= Mark Baltz =

American football official (born 1948)

Mark Baltz (born February 20, 1948) is a former official in the National Football League (NFL) from 1989 through 2013. He has worked as a head linesman throughout his entire career in the NFL and has been assigned to 21 post-season games, including five conference championship games (1998, 1999, 2000, 2001, 2004). He wore uniform number 26 and 85.

Baltz is a native of Lancaster, Ohio, and a graduate of Ohio University, where he began his officiating career in 1967, while attending college, working both Ohio high school football and basketball games until 1970.

In 1971, Mark moved to Indiana and continued to officiate football and basketball games at the high school level where he worked two state championship games in football (1978 and 1983) before moving to the major college level in 1984. He officiated Boy's high school basketball for 45 seasons ending that career in 2011–12. He worked three state championship games in 1999, 2003 and 2006. He continues to officiate Women's College Basketball at the small college levels.

In 1984, Baltz joined the Mid-American Conference (Division I-A) where he served as referee (crew chief) until moving to the Big Ten Conference (Division I-A). In the Big Ten, he officiated in three bowl games as head linesman in his five years in the conference before being accepted to the NFL in 1989.

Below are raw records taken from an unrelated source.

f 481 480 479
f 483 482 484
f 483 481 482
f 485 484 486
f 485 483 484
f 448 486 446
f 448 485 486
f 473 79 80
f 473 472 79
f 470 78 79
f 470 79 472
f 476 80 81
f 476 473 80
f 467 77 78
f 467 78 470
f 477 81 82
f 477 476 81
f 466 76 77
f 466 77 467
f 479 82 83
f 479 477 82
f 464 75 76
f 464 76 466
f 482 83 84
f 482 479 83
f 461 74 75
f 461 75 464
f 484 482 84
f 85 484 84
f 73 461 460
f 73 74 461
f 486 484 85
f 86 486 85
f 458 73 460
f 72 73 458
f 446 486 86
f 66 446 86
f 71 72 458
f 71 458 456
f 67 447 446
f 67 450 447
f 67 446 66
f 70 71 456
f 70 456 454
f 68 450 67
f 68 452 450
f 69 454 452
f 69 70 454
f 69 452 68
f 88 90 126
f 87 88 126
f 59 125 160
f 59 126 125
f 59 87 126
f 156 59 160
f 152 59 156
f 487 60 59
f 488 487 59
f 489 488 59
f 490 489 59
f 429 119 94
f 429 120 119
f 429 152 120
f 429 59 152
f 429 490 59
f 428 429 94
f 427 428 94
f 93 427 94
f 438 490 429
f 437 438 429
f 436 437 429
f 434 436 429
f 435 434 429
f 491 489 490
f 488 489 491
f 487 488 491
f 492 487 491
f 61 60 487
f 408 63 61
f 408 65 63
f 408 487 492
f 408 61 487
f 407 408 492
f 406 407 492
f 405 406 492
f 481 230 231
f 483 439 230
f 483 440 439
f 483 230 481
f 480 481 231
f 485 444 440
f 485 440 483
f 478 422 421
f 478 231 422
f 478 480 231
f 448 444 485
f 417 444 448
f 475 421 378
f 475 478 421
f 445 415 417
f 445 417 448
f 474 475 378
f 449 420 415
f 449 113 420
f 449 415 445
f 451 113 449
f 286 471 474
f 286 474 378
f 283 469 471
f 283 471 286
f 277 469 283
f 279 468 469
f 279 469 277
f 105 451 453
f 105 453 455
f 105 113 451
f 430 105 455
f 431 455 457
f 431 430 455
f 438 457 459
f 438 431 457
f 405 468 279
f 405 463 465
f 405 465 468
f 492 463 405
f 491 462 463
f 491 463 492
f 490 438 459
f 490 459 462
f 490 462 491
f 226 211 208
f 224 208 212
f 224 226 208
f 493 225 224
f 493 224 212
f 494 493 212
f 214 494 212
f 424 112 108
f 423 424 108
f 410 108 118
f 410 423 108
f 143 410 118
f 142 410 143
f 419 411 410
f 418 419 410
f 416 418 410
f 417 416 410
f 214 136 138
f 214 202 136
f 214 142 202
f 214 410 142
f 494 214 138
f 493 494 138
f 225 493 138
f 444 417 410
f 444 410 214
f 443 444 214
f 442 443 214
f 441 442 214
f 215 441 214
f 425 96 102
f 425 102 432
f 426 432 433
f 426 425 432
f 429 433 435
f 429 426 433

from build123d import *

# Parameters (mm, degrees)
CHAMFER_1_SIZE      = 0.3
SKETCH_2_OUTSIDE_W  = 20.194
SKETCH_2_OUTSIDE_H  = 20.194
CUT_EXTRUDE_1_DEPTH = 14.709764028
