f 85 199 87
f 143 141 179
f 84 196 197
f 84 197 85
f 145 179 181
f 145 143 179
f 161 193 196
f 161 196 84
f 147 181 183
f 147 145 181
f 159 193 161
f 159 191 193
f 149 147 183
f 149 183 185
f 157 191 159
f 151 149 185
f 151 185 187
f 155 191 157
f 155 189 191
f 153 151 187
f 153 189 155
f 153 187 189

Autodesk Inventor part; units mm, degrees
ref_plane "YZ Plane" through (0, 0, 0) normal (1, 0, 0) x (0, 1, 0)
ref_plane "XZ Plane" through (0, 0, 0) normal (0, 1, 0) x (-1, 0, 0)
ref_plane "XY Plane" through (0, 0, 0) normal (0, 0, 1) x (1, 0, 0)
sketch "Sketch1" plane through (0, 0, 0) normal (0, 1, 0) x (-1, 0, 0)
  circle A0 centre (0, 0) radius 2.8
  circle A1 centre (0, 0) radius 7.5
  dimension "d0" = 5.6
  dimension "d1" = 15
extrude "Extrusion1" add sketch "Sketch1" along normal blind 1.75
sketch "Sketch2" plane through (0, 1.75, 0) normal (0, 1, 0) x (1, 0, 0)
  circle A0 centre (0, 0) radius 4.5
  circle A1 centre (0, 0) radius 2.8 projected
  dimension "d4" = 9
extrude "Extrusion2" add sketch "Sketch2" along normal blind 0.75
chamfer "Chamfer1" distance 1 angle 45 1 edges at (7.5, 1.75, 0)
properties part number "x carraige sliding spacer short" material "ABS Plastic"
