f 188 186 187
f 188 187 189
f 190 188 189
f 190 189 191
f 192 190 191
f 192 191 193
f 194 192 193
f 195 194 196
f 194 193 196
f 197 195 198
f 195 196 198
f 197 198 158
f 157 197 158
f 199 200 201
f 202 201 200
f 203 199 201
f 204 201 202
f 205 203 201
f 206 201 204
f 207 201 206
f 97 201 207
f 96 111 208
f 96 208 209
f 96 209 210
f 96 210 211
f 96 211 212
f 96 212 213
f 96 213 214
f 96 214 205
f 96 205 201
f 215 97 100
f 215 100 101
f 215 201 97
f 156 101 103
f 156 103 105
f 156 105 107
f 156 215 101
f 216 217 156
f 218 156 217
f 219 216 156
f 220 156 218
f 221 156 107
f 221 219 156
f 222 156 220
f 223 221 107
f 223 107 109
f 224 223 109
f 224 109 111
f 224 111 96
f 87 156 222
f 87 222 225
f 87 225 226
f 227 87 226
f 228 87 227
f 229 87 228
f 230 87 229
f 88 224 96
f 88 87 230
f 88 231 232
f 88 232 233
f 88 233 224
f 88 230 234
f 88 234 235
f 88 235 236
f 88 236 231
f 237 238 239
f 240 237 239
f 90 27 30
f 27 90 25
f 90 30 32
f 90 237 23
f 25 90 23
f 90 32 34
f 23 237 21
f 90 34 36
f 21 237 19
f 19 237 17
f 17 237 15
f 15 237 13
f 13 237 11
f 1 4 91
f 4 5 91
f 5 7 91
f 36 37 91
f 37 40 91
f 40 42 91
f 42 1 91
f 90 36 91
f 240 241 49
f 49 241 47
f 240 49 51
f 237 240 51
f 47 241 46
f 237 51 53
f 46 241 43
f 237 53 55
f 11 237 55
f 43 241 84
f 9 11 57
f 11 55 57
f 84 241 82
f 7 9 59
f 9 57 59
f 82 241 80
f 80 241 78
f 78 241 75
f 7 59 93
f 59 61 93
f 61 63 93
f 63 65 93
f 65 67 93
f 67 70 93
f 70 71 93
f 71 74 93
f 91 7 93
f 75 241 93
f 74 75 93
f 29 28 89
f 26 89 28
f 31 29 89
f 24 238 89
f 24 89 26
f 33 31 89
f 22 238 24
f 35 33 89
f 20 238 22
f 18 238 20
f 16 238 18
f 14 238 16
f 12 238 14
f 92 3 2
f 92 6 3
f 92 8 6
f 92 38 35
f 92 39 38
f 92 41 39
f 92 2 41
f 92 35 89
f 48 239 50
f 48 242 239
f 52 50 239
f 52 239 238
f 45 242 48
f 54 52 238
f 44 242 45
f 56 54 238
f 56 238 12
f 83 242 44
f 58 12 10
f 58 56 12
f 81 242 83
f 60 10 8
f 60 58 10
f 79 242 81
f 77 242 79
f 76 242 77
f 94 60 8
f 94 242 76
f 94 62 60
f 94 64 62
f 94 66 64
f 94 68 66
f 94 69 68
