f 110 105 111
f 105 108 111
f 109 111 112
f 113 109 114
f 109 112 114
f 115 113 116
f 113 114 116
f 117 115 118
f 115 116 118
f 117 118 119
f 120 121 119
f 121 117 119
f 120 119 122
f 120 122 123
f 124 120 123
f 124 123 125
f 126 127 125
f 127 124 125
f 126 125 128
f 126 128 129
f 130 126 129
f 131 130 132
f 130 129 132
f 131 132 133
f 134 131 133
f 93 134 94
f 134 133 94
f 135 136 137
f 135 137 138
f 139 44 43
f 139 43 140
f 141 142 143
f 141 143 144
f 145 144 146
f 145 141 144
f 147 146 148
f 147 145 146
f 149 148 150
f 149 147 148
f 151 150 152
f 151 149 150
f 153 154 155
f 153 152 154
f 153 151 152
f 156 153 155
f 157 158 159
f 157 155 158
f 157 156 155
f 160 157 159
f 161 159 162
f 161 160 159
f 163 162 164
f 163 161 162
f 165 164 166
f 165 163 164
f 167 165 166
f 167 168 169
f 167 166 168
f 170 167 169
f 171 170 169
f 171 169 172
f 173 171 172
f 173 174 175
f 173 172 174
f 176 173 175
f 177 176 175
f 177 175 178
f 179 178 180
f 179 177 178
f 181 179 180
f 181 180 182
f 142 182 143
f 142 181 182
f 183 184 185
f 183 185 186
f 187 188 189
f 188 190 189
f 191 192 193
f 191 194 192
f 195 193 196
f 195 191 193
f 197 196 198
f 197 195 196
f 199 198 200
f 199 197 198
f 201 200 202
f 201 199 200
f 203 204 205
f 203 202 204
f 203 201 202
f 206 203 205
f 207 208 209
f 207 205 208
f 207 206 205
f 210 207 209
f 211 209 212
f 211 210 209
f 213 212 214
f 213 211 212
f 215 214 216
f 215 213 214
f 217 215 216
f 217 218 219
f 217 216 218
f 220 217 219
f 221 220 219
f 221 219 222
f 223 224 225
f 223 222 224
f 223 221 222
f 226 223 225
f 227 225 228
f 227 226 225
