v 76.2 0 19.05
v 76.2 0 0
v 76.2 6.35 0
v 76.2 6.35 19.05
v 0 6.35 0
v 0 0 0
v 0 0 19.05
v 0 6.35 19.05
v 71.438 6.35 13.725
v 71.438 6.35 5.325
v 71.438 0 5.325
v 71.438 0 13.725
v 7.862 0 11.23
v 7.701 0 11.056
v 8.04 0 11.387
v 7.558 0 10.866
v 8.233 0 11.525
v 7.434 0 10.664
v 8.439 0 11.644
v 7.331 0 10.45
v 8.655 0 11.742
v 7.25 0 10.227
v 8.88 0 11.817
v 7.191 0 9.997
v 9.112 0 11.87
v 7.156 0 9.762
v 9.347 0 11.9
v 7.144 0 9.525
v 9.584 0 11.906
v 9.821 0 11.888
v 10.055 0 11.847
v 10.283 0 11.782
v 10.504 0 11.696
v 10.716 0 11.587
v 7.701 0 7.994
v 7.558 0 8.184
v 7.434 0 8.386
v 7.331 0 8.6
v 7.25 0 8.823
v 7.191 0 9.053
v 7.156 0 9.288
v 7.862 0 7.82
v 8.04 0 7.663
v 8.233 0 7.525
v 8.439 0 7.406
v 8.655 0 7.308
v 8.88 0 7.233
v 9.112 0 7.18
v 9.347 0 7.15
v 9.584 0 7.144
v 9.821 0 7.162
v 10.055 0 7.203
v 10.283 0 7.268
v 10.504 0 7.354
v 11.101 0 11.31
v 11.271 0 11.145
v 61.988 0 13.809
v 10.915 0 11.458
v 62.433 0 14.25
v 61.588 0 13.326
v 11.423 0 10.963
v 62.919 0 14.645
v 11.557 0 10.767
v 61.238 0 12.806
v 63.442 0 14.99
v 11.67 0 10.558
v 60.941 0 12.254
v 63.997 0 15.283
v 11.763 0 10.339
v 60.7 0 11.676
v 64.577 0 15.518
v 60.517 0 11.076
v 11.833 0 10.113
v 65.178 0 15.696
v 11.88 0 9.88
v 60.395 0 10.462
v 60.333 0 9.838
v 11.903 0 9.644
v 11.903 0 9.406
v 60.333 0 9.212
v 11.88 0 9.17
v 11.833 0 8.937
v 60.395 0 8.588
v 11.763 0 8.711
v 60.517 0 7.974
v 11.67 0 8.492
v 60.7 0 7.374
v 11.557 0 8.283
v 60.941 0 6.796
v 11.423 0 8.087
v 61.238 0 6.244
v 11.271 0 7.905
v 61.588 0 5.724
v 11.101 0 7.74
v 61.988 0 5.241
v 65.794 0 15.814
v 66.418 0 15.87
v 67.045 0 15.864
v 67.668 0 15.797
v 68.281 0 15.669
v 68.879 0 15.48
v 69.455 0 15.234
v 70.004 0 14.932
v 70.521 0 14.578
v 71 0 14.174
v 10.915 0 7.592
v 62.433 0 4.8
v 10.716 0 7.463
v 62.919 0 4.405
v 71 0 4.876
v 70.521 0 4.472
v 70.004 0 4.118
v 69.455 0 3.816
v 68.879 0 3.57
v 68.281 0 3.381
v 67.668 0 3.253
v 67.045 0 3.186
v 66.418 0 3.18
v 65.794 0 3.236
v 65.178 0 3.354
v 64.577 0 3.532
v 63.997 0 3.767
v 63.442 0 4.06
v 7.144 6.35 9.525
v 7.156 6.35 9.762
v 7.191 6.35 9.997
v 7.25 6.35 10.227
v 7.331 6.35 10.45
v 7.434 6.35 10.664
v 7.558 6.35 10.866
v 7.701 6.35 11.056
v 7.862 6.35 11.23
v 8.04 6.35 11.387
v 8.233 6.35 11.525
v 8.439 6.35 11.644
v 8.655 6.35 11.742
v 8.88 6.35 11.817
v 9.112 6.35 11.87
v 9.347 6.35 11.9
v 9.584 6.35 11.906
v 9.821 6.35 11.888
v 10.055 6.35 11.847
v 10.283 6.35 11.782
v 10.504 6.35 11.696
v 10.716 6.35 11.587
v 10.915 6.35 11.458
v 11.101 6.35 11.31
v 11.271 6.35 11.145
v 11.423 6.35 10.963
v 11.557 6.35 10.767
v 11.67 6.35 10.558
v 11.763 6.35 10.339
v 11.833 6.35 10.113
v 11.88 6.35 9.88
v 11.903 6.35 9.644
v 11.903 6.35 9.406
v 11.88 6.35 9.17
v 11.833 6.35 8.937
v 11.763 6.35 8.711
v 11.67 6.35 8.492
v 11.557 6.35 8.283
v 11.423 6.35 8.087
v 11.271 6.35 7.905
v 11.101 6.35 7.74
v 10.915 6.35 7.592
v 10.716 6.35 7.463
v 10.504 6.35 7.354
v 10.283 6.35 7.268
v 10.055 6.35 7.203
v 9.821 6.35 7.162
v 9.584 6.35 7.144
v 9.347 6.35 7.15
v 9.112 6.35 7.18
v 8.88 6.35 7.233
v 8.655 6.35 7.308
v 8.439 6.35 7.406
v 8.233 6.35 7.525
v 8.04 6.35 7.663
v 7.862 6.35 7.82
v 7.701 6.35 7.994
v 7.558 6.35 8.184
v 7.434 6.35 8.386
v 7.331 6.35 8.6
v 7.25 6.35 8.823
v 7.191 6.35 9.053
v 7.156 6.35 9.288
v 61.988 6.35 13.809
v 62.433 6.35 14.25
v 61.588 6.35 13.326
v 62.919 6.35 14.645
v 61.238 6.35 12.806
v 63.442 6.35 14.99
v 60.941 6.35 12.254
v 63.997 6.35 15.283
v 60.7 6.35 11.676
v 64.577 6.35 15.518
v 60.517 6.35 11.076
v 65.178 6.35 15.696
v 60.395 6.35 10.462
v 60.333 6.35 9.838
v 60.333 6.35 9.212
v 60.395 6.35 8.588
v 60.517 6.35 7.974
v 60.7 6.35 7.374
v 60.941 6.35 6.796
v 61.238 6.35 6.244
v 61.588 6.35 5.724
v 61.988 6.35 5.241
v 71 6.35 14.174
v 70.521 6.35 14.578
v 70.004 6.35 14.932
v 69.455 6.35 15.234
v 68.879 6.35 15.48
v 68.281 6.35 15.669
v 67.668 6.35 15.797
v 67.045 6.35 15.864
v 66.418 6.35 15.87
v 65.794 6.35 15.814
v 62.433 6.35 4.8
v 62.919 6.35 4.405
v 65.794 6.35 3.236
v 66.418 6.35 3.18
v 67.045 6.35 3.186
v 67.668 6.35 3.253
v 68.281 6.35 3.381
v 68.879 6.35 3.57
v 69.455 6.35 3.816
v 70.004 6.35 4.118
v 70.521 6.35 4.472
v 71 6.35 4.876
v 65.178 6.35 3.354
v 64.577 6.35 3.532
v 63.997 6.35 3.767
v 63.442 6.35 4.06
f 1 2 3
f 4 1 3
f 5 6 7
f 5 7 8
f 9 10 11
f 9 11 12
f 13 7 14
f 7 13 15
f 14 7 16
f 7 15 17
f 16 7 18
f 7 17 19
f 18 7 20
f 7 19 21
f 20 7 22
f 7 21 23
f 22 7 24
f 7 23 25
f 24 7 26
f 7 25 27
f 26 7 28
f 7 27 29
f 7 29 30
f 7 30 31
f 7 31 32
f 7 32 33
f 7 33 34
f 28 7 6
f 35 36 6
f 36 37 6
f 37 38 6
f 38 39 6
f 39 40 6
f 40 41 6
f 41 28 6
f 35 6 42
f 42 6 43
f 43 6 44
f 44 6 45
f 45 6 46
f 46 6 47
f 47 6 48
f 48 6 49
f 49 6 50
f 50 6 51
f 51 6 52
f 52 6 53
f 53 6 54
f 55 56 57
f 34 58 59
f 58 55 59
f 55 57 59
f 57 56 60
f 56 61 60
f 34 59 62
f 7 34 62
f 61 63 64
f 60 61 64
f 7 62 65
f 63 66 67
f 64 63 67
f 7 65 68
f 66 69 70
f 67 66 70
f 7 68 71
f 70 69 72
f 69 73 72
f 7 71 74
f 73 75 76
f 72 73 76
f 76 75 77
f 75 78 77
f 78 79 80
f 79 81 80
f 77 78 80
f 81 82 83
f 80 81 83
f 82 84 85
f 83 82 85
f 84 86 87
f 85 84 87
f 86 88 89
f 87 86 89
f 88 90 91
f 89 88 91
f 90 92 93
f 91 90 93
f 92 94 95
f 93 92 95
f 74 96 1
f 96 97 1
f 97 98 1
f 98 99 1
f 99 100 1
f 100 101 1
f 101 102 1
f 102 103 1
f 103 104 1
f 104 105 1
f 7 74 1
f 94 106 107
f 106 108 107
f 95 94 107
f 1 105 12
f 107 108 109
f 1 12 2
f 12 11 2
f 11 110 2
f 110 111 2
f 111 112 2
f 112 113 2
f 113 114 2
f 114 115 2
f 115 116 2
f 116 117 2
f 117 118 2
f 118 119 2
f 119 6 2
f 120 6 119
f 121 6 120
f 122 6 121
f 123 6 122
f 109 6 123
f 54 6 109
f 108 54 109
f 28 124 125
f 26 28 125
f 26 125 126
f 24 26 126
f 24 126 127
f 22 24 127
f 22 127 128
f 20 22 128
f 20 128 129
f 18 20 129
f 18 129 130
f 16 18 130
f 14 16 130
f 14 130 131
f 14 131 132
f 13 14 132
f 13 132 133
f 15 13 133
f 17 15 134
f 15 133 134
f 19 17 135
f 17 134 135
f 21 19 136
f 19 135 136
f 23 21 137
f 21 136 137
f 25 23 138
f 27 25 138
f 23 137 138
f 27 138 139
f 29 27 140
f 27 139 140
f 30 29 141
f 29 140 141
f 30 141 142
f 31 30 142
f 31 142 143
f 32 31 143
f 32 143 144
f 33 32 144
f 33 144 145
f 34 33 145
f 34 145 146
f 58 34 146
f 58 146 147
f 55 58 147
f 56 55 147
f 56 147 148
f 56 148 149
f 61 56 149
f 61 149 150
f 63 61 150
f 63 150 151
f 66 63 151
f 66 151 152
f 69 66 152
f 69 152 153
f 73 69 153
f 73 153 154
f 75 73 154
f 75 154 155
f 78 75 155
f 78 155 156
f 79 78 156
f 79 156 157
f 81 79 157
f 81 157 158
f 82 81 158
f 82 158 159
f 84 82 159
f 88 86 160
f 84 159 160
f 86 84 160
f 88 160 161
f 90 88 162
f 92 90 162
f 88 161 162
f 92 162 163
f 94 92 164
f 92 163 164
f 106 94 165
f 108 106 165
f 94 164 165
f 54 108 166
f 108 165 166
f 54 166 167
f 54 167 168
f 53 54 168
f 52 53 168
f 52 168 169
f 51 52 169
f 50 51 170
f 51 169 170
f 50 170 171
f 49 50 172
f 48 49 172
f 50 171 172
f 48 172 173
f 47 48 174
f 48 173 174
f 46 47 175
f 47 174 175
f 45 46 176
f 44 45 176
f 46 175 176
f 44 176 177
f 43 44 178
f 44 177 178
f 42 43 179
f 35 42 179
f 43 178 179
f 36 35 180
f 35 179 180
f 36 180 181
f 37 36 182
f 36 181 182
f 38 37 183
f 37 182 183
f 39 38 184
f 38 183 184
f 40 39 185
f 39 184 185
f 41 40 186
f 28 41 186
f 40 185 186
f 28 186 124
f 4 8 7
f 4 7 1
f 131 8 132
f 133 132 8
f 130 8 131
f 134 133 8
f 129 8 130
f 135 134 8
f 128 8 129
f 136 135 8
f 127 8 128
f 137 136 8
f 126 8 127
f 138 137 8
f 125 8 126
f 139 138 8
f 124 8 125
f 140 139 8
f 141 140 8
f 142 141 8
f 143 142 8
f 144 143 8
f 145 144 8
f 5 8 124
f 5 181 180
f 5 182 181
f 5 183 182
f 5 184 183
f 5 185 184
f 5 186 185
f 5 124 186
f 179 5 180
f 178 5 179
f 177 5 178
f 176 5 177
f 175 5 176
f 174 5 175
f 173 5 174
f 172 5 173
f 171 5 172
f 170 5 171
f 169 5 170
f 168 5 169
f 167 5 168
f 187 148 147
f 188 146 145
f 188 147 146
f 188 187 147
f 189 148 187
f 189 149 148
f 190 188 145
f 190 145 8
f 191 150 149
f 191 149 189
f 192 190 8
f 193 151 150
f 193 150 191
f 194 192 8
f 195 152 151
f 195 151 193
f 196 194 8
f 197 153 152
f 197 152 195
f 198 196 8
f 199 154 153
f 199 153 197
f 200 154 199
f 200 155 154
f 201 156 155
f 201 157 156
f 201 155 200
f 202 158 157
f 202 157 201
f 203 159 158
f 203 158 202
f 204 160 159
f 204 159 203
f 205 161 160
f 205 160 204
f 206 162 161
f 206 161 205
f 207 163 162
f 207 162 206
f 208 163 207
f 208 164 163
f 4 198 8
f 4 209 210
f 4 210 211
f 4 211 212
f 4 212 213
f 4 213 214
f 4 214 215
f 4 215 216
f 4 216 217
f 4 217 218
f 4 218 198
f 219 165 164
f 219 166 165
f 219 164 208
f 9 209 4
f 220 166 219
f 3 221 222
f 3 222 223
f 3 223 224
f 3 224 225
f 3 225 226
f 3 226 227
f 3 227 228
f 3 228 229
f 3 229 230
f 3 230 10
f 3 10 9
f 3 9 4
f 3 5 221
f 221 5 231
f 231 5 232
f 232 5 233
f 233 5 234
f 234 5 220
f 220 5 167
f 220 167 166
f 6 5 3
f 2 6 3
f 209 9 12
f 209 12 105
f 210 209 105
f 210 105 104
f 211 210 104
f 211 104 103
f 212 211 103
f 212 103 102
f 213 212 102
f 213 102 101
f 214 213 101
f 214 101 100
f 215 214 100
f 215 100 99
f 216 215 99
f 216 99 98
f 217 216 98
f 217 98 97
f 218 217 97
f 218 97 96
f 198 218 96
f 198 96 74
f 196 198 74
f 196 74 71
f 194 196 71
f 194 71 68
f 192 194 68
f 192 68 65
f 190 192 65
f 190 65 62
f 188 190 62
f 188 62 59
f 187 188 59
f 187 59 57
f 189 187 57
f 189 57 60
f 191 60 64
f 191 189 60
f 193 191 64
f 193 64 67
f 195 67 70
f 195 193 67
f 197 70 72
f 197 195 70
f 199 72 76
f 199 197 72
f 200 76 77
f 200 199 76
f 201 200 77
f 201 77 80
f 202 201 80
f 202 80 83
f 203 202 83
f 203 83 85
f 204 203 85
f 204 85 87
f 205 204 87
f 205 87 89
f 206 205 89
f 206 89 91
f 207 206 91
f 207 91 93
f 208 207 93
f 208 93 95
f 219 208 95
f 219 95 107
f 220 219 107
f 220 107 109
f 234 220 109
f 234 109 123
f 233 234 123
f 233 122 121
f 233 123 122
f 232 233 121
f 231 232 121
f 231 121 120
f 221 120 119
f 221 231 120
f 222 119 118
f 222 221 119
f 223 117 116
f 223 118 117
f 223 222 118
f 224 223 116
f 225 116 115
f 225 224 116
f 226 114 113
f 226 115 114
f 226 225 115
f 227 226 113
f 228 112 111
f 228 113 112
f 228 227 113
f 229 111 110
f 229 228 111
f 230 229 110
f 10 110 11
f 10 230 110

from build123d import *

# Parameters (mm, degrees)
SKETCH1_W          = 76.2
SKETCH1_H          = 6.35
BASE_EXTRUDE_DEPTH = 19.05
CUT_EXTRUDE1_DEPTH = 7.35
SKETCH3_R          = 2.38125
CUT_EXTRUDE2_DEPTH = 7.35


with BuildPart() as part:
    # Sketch1 → Base-Extrude (new body)
    with BuildSketch(Plane.XY):
        with Locations((38.1, 3.175)):
            Rectangle(SKETCH1_W, SKETCH1_H)
    extrude(amount=BASE_EXTRUDE_DEPTH)

    # Sketch2 → Cut-Extrude1 (cut, through all)
    with BuildSketch(Plane(origin=(0, 6.35, 0), x_dir=(-1, 0, 0), z_dir=(0, 1, 0))):
        with BuildLine():
            Line((-71.4375, 5.324869794), (-71.4375, 13.725130206))
            ThreePointArc((-71.4375, 13.725130206), (-60.325, 9.525), (-71.4375, 5.324869794))
        make_face()
    extrude(amount=-CUT_EXTRUDE1_DEPTH, mode=Mode.SUBTRACT)

    # Sketch3 → Cut-Extrude2 (cut, through all)
    with BuildSketch(Plane(origin=(0, 6.35, 0), x_dir=(-1, 0, 0), z_dir=(0, 1, 0))):
        with Locations((-9.525, 9.525)):
            Circle(SKETCH3_R)
    extrude(amount=-CUT_EXTRUDE2_DEPTH, mode=Mode.SUBTRACT)


solid = part.part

Along with his 21 post-season assignments in the NFL, Mark served as referee in NFL Europe for three seasons between 1999 and 2001 and served as Treasurer of the National Football League Referees Association (NFLRA) board for 15 seasons, from 2000 to 2014. Baltz currently serves as the Supervisor of Football Officials for the Heartland Collegiate Athletic Conference. He also serves as the President & CEO of the start-up website, The Tyros, LLC, designed for video study for sports officials, as well as many other potential video and training applications for numerous levels of athletics.

Mark is married to Nicki, and they have two sons, Brett and Brandon, along with 5 grandchildren. Outside of the NFL, Mark previously served on the Indiana Officials Association board for over 20 years, is a founding Director of the Indiana Football Officials Association, an alumni member of Pi Kappa Phi fraternity, a member of the Board of Directors of the Indiana Basketball Hall of Fame, Secretary of the Central Indiana Chapter of the National Football Foundation/College Football Hall of Fame. He is self-employed as a consultant, clinician and public speaker. He resides in Zionsville, Indiana, where he enjoys watching the TV series Young Sheldon.